Please check every line of the listing for "SUBTRACT" and copy each line where it is found.

+++ Records shown

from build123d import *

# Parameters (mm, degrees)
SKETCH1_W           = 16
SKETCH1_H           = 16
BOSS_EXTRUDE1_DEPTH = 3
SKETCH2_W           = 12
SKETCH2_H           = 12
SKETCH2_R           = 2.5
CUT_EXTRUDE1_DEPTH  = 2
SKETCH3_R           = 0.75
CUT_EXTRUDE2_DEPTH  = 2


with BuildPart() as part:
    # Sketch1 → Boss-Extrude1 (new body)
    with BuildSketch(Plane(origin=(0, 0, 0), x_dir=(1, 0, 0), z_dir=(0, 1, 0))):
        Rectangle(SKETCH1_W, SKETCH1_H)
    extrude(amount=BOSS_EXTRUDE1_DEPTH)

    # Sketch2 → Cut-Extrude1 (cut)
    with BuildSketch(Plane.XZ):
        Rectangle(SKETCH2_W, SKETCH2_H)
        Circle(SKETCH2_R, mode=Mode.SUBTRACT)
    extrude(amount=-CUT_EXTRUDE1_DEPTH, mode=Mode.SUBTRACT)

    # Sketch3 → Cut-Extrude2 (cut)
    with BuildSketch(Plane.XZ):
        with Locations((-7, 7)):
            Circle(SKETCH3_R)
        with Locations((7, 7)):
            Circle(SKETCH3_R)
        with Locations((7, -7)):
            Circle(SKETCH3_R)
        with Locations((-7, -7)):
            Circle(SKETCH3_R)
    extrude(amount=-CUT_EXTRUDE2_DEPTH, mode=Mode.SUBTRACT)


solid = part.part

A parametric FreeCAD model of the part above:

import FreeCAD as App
import Part
import Sketcher

doc = App.newDocument("Part")
body = doc.addObject("PartDesign::Body", "Body")

# Sketch on XZ plane
sketch1 = body.newObject("Sketcher::SketchObject", "Sketch")
sketch1.AttachmentSupport = (doc.getObject("XZ_Plane"), [""])
sketch1.MapMode = "FlatFace"
sketch1.addGeometry([
    Part.LineSegment(App.Vector(-8, -8, 0), App.Vector(-8, 8, 0)),
    Part.LineSegment(App.Vector(-8, 8, 0), App.Vector(8, 8, 0)),
    Part.LineSegment(App.Vector(8, 8, 0), App.Vector(8, -8, 0)),
    Part.LineSegment(App.Vector(8, -8, 0), App.Vector(-8, -8, 0)),
], False)
sketch1.addConstraint([
    Sketcher.Constraint("Coincident", 0, 2, 1, 1),
    Sketcher.Constraint("Coincident", 1, 2, 2, 1),
    Sketcher.Constraint("Coincident", 2, 2, 3, 1),
    Sketcher.Constraint("Coincident", 3, 2, 0, 1),
    Sketcher.Constraint("Vertical", 0),
    Sketcher.Constraint("Horizontal", 1),
    Sketcher.Constraint("Vertical", 2),
    Sketcher.Constraint("Horizontal", 3),
    Sketcher.Constraint("Symmetric", 0, 2, 2, 2, -1, 1),
    Sketcher.Constraint("Equal", 3, 0),
    Sketcher.Constraint("DistanceX", 1, 1, 1, 2, 16.0),
])
pad1 = body.newObject("PartDesign::Pad", "Pad")
pad1.Profile = sketch1
pad1.Length = 3
pad1.Reversed = True

# Sketch on XZ plane
sketch2 = body.newObject("Sketcher::SketchObject", "Sketch001")
sketch2.AttachmentSupport = (doc.getObject("XZ_Plane"), [""])
sketch2.MapMode = "FlatFace"
sketch2.addGeometry([
    Part.LineSegment(App.Vector(-6, 6, 0), App.Vector(-6, -6, 0)),  # 0
    Part.LineSegment(App.Vector(-6, -6, 0), App.Vector(6, -6, 0)),  # 1
    Part.LineSegment(App.Vector(6, -6, 0), App.Vector(6, 6, 0)),  # 2
    Part.LineSegment(App.Vector(6, 6, 0), App.Vector(-6, 6, 0)),  # 3
    Part.Circle(App.Vector(0, 0, 0), App.Vector(0, 0, 1), 2.5),  # 4
], False)
sketch2.addConstraint([
    Sketcher.Constraint("Coincident", 0, 2, 1, 1),
    Sketcher.Constraint("Coincident", 1, 2, 2, 1),
    Sketcher.Constraint("Coincident", 2, 2, 3, 1),
    Sketcher.Constraint("Coincident", 3, 2, 0, 1),
    Sketcher.Constraint("Vertical", 0),
    Sketcher.Constraint("Horizontal", 1),
    Sketcher.Constraint("Vertical", 2),
    Sketcher.Constraint("Horizontal", 3),
    Sketcher.Constraint("Coincident", 4, 3, -1, 1),
    Sketcher.Constraint("Symmetric", 0, 2, 2, 2, -1, 1),
    Sketcher.Constraint("Equal", 3, 0),
    Sketcher.Constraint("Diameter", 4, 5.0),
    Sketcher.Constraint("DistanceX", 1, 1, 1, 2, 12.0),
])
pocket1 = body.newObject("PartDesign::Pocket", "Pocket")
pocket1.Profile = sketch2
pocket1.Length = 2

# Sketch on XZ plane
sketch3 = body.newObject("Sketcher::SketchObject", "Sketch002")
sketch3.AttachmentSupport = (doc.getObject("XZ_Plane"), [""])
sketch3.MapMode = "FlatFace"
sketch3.addGeometry([
    Part.Circle(App.Vector(-7, 7, 0), App.Vector(0, 0, 1), 0.8),
    Part.Circle(App.Vector(7, 7, 0), App.Vector(0, 0, 1), 0.8),
    Part.Circle(App.Vector(7, -7, 0), App.Vector(0, 0, 1), 0.8),
    Part.Circle(App.Vector(-7, -7, 0), App.Vector(0, 0, 1), 0.8),
], False)
sketch3.addConstraint([
    Sketcher.Constraint("Equal", 0, 1),
    Sketcher.Constraint("Equal", 1, 2),
    Sketcher.Constraint("Equal", 2, 3),
    Sketcher.Constraint("Symmetric", 0, 3, 2, 3, -1, 1),
    Sketcher.Constraint("Symmetric", 1, 3, 3, 3, -1, 1),
    Sketcher.Constraint("Symmetric", 0, 3, 1, 3, -2),
    Sketcher.Constraint("Diameter", 0, 1.5),
    Sketcher.Constraint("DistanceX", 0, 3, -1, 1, 7.0),
    Sketcher.Constraint("DistanceY", -1, 1, 0, 3, 7.0),
])
pocket2 = body.newObject("PartDesign::Pocket", "Pocket001")
pocket2.Profile = sketch3
pocket2.Length = 2

doc.recompute()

++++++

=== Output for this exercise ===
        Circle(SKETCH2_R, mode=Mode.SUBTRACT)
    extrude(amount=-CUT_EXTRUDE1_DEPTH, mode=Mode.SUBTRACT)
    extrude(amount=-CUT_EXTRUDE2_DEPTH, mode=Mode.SUBTRACT)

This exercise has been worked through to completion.